Исполнив религиозный долг, Пушкин, казалось, сильнее впал в состояние прострации, если такое возможно. Тогда он позвал Спасского, попросил дать ему некоторые бумаги, указав место, где они лежали. Это были листы, исписанные от руки; Пушкин их сжег. После позвал подполковника Данзаса, который вернулся за новостями на заре, велел записать несколько долгов этому дому. Однако и такая работа утомила умирающего; наступило состояние, в каком он даже не пытался делать другие устные распоряжения. Чувствуя крайнюю слабость, он подумал в какой-то миг, что сейчас умрет и горячим прерывистым голосом сказал Спасскому:
– Моя жена! Позовите мою жену!
Мадам Пушкина, а она, несомненно, слушала это в дверях, тут же вошла. Произошла скорбная сцена, которая не поддалась бы описанию. Пушкин спросил своих детей; они еще спали: их разбудили и полусонных проводили к отцу. Он подолгу смотрел на каждого из них, клал руку на голову каждого ребенка, благословлял детей; потом, чувствуя, что его охватывает слишком сильное волнение, и желая, конечно, сохранить силы для высшего момента, он их отослал заняться утренним туалетом. Когда дети вышли:
– Кто здесь?
– спросил он Спасского и Данзаса.
Назвали поэта Жуковского и князя Вяземского.

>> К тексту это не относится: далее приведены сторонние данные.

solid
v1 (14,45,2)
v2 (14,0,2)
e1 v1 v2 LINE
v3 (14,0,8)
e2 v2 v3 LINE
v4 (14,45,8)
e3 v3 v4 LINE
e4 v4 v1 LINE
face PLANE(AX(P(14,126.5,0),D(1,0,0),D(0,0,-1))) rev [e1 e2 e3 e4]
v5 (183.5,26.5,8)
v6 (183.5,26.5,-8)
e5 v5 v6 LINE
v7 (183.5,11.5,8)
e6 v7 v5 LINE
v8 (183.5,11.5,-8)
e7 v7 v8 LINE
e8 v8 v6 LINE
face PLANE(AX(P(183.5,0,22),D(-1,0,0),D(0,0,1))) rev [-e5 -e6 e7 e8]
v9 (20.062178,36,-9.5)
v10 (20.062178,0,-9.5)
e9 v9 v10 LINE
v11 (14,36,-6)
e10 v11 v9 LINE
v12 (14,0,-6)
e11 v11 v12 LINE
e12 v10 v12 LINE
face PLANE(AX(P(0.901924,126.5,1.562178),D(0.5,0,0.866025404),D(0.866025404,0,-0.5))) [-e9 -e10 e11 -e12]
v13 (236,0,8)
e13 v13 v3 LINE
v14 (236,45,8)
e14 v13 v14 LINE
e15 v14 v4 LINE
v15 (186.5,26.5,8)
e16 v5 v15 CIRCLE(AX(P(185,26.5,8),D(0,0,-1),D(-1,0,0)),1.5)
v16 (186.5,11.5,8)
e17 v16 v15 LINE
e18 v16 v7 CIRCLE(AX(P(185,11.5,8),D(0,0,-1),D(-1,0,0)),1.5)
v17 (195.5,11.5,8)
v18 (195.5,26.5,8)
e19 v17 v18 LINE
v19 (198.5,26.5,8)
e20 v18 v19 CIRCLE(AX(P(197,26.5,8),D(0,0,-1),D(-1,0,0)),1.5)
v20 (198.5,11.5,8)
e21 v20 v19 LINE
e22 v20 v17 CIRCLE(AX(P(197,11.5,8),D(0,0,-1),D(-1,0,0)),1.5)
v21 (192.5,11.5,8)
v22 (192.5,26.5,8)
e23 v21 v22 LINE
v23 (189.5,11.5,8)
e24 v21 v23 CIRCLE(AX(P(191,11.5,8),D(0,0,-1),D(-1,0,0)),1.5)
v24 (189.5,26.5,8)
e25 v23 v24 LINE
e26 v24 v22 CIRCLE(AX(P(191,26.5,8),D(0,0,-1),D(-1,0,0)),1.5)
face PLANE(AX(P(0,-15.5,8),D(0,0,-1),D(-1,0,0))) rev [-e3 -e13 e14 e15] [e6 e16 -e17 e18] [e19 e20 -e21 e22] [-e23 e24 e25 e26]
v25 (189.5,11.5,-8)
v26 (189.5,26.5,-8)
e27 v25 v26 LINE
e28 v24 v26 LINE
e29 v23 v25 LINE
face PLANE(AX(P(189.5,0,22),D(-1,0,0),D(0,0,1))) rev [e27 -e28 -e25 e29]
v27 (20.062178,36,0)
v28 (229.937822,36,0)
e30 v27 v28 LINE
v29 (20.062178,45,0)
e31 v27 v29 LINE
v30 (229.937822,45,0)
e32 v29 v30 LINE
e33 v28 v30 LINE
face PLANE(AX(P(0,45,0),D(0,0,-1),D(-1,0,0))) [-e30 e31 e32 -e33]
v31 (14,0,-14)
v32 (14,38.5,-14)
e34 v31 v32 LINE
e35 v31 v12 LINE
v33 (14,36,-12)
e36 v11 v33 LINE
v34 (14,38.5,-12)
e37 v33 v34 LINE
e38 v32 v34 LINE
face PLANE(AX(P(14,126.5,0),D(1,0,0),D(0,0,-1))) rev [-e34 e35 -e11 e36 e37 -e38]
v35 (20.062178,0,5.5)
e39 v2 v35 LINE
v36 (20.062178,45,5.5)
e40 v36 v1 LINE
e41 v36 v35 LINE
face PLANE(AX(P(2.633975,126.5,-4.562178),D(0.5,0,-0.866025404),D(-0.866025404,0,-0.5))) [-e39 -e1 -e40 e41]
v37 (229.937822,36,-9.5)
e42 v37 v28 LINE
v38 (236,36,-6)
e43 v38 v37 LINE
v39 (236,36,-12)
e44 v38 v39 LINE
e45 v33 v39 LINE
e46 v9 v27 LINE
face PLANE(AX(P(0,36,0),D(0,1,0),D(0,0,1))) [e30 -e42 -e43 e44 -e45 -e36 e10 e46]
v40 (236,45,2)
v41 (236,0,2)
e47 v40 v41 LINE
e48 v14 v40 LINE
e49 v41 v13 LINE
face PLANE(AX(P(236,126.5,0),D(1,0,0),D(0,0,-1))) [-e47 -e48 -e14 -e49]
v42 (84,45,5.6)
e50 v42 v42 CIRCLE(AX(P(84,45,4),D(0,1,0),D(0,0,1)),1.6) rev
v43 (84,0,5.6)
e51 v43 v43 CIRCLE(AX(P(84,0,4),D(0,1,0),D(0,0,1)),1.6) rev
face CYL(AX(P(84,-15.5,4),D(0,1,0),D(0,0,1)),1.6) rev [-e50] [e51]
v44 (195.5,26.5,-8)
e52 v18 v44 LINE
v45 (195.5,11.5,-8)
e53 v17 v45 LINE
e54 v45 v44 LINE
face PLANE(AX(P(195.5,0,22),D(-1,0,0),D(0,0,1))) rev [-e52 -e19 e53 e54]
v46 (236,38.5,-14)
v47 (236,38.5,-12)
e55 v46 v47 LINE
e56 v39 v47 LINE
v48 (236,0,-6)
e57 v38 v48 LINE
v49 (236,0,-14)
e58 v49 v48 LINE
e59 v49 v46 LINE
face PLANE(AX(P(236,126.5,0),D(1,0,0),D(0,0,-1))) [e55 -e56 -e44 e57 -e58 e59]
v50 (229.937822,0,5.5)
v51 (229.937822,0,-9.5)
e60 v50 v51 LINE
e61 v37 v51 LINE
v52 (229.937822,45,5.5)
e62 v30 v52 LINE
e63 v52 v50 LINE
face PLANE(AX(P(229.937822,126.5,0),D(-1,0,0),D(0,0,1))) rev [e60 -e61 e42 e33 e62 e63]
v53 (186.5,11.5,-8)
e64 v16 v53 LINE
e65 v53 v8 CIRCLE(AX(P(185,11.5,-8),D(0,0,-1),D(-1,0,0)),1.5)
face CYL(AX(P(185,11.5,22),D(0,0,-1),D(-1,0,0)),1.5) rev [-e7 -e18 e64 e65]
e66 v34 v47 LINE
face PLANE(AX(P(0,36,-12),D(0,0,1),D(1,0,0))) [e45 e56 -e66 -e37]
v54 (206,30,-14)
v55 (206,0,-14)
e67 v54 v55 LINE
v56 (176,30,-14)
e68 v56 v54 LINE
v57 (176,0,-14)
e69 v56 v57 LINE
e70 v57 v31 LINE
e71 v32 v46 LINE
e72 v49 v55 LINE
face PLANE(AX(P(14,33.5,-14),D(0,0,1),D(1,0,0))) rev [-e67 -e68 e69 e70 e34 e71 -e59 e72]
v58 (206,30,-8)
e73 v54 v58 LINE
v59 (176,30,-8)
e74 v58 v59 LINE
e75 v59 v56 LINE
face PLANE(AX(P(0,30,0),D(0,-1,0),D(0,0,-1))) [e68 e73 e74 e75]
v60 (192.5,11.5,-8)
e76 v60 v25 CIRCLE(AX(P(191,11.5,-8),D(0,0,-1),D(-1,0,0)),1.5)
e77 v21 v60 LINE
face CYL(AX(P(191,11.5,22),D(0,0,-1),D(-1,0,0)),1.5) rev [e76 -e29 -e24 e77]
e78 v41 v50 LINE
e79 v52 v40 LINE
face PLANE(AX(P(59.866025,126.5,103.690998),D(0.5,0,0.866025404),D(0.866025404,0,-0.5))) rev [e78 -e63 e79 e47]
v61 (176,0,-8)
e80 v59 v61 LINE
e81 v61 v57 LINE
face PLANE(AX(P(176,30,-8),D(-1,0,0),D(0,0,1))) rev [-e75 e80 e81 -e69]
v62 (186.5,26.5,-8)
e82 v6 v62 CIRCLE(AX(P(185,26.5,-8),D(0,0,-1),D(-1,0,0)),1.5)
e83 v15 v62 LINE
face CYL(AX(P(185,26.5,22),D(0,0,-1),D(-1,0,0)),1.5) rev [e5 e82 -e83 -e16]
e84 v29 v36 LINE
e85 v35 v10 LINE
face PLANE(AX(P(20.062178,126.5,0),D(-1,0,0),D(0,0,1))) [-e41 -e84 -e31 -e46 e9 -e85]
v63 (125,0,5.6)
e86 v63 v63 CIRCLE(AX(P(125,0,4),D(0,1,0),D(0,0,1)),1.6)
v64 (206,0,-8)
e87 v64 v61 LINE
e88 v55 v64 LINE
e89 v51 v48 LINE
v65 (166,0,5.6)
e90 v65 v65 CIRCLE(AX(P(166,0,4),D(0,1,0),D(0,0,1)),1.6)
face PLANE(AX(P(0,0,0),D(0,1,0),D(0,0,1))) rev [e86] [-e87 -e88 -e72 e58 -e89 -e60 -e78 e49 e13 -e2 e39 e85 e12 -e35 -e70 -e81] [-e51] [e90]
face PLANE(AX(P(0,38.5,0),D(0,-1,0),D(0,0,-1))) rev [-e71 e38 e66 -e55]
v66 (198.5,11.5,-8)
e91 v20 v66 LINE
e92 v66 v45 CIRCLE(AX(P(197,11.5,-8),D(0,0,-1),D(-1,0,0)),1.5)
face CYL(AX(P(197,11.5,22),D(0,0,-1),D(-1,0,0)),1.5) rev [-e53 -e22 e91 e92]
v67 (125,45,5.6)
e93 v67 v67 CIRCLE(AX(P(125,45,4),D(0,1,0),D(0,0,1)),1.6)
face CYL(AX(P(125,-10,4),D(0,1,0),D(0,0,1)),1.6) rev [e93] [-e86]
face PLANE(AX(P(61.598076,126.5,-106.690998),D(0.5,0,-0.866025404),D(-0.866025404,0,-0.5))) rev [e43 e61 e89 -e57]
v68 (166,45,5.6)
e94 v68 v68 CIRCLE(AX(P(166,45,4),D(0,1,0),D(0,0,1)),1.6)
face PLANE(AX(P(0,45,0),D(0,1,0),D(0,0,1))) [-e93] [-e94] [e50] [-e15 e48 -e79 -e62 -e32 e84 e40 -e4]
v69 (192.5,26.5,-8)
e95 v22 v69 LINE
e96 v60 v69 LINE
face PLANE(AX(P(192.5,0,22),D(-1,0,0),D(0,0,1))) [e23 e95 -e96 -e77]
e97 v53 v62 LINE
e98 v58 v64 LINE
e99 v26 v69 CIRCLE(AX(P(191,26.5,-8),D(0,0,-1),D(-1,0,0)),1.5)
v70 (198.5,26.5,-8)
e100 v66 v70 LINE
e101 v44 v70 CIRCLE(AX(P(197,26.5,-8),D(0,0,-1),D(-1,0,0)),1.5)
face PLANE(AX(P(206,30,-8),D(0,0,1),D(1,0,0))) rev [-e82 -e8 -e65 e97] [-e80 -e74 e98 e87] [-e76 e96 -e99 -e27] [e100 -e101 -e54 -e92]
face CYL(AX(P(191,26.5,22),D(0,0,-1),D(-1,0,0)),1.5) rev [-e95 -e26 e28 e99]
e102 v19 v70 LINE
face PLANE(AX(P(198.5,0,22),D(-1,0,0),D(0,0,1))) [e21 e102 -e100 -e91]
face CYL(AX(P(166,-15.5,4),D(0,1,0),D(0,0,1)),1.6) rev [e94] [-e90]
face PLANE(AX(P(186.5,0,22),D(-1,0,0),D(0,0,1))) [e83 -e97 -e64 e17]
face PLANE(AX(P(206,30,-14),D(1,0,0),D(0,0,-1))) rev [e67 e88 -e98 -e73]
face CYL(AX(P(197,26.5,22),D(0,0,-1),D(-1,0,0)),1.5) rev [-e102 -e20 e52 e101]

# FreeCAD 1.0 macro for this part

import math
import FreeCAD as App
import Part
import Sketcher

V = App.Vector
Q = App.Units.Quantity


def edges_at(feature, points):
    """Names of the edges that pass closest to the given points."""
    edges = feature.Shape.Edges
    near = lambda p: min(range(len(edges)), key=lambda i: edges[i].distToShape(Part.Vertex(*p))[0])
    return sorted({f"Edge{near(p) + 1}" for p in points})


def add_polygon(sketch, points):
    """Adds a closed chain of lines whose ends are joined by coincident constraints."""
    first, n = sketch.GeometryCount, len(points)
    for a, b in zip(points, points[1:] + points[:1]):
        sketch.addGeometry(Part.LineSegment(App.Vector(*a, 0), App.Vector(*b, 0)), False)
    for i in range(n):
        sketch.addConstraint(Sketcher.Constraint("Coincident", first + i, 2, first + (i + 1) % n, 1))

doc = App.newDocument("Part")
params = doc.addObject("Spreadsheet::Sheet", "Params")
for row, (alias, value) in enumerate([
    ("sketch1_width", "270 mm"),
    ("sketch1_width2", "250 mm"),
    ("sketch1_height", "370 mm"),
    ("sketch1_height2", "350 mm"),
    ("pad1_length", "45 mm"),
    ("sketch2_width", "250 mm"),
    ("sketch2_width2", "222 mm"),
    ("sketch2_height", "350 mm"),
    ("sketch2_height2", "322 mm"),
    ("pad2_length", "5 mm"),
    ("sketch3_width", "246 mm"),
    ("sketch3_width2", "226 mm"),
    ("sketch3_height", "346 mm"),
    ("sketch3_height2", "326 mm"),
    ("pocket1_length", "2.5 mm"),
    ("sketch4_diameter", "3.2 mm"),
    ("pocket2_length", "109.5 mm"),
    ("fillet_radius", "5 mm"),
    ("sketch5_width", "250 mm"),
    ("sketch5_width2", "222 mm"),
    ("sketch5_height", "350 mm"),
    ("sketch5_height2", "322 mm"),
    ("pad3_length", "33.5 mm"),
    ("sketch6_radius", "5 mm"),
    ("sketch6_width", "19 mm"),
    ("sketch6_width2", "260 mm"),
    ("sketch6_height", "330 mm"),
    ("sketch6_height2", "15 mm"),
    ("pocket3_length", "126.5 mm"),
    ("sketch7_height", "2 mm"),
    ("pocket4_length", "2.5 mm"),
    ("sketch8_width", "222 mm"),
    ("sketch8_height", "2 mm"),
    ("pocket5_length", "60.5 mm"),
    ("sketch9_diameter", "3.2 mm"),
    ("pocket6_length", "60.5 mm"),
    ("sketch10_width", "30 mm"),
    ("sketch10_height", "6 mm"),
    ("pocket7_length", "30 mm"),
    ("sketch11_radius", "1.5 mm"),
    ("sketch11_height", "15 mm"),
    ("pocket8_length", "30 mm"),
    ("sketch12_radius", "1.6 mm"),
    ("pocket9_length", "55 mm"),
], start=1):
    params.set(f"A{row}", alias)
    params.set(f"B{row}", "=" + value)
    params.setAlias(f"B{row}", alias)

body = doc.addObject("PartDesign::Body", "Body")

# Sketch on XZ plane
sketch1 = doc.addObject("Sketcher::SketchObject", "Sketch")
body.addObject(sketch1)
sketch1.AttachmentSupport = (doc.XZ_Plane, [""])
sketch1.MapMode = "FlatFace"
add_polygon(sketch1, [(-10, -360), (-10, 10), (260, 10), (260, -360)])  # lines 0-3
add_polygon(sketch1, [(250, 0), (0, 0), (0, -350), (250, -350)])  # lines 4-7
sketch1.addConstraint(Sketcher.Constraint("Vertical", 0))
sketch1.addConstraint(Sketcher.Constraint("Horizontal", 1))
sketch1.addConstraint(Sketcher.Constraint("Vertical", 2))
sketch1.addConstraint(Sketcher.Constraint("Horizontal", 3))
sketch1.addConstraint(Sketcher.Constraint("Horizontal", 4))
sketch1.addConstraint(Sketcher.Constraint("Vertical", 5))
sketch1.addConstraint(Sketcher.Constraint("Horizontal", 6))
sketch1.addConstraint(Sketcher.Constraint("Vertical", 7))
sketch1.addConstraint(Sketcher.Constraint("Coincident", 4, 2, -1, 1))
sketch1.addConstraint(Sketcher.Constraint("DistanceX", 1, 1, 1, 2, 270.0))
sketch1.addConstraint(Sketcher.Constraint("DistanceX", 4, 2, 4, 1, 250.0))
sketch1.addConstraint(Sketcher.Constraint("DistanceY", 0, 1, 0, 2, 370.0))
sketch1.addConstraint(Sketcher.Constraint("DistanceY", 5, 2, 5, 1, 350.0))
sketch1.addConstraint(Sketcher.Constraint("DistanceX", 0, 2, -1, 1, 10.0))
sketch1.addConstraint(Sketcher.Constraint("DistanceY", -1, 1, 0, 2, 10.0))
sketch1.setExpression("Constraints[17]", "Params.sketch1_width")
sketch1.setExpression("Constraints[18]", "Params.sketch1_width2")
sketch1.setExpression("Constraints[19]", "Params.sketch1_height")
sketch1.setExpression("Constraints[20]", "Params.sketch1_height2")
pad1 = doc.addObject("PartDesign::Pad", "Pad")
body.addObject(pad1)
pad1.Profile = sketch1
pad1.setExpression("Length", "Params.pad1_length")
pad1.Reversed = True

– Позовите их, - сказал он слабым голосом.
Он протянул руку Жуковскому; тот, ощутив ее лед, поднес ее к губам и поцеловал. Жуковский хотел что-то сказать, но слова застряли в горле. Он удалился, чтобы скрыть от Пушкина свои рыдания, когда Пушкин его снова позвал.
– Скажите императору, - прошептал он, - что я сожалею о том, что приходится умирать: я
Он произносил эти слова медленно и тихо, однако же ясно и вразумительно. Потом попрощался с князем Вяземским.
К этому времени подъехал Виельгорский, знаменитый скрипач и церемониймейстер двора. Виельгорский приехал в последний раз сжать его руку. Пушкин протянул ее другу, молча и улыбаясь, с рассеянным взором, который, казалось, уже тонул в вечности. Действительно, минутой позже, дав пощупать пульс, он сказал Спасскому:
– Вот и пришла смерть.
Прибыл также Тургенев, дядя известного современного романиста, но уже не услышал, как Виельгорский, ни слова от Пушкина; поэт ограничился знаком, поданным рукой, добавляя с усилием, но не обращаясь ни к кому персонально:
– Мадам Карамзина. [76]
Ее там вообще не было; послали за ней. Она поспешила приехать. Разговор длился только минуту, но, когда она отошла, он снова ее позвал, говоря:
– Екатерина Алексеевна [Андреевна], перекрестите вашего друга.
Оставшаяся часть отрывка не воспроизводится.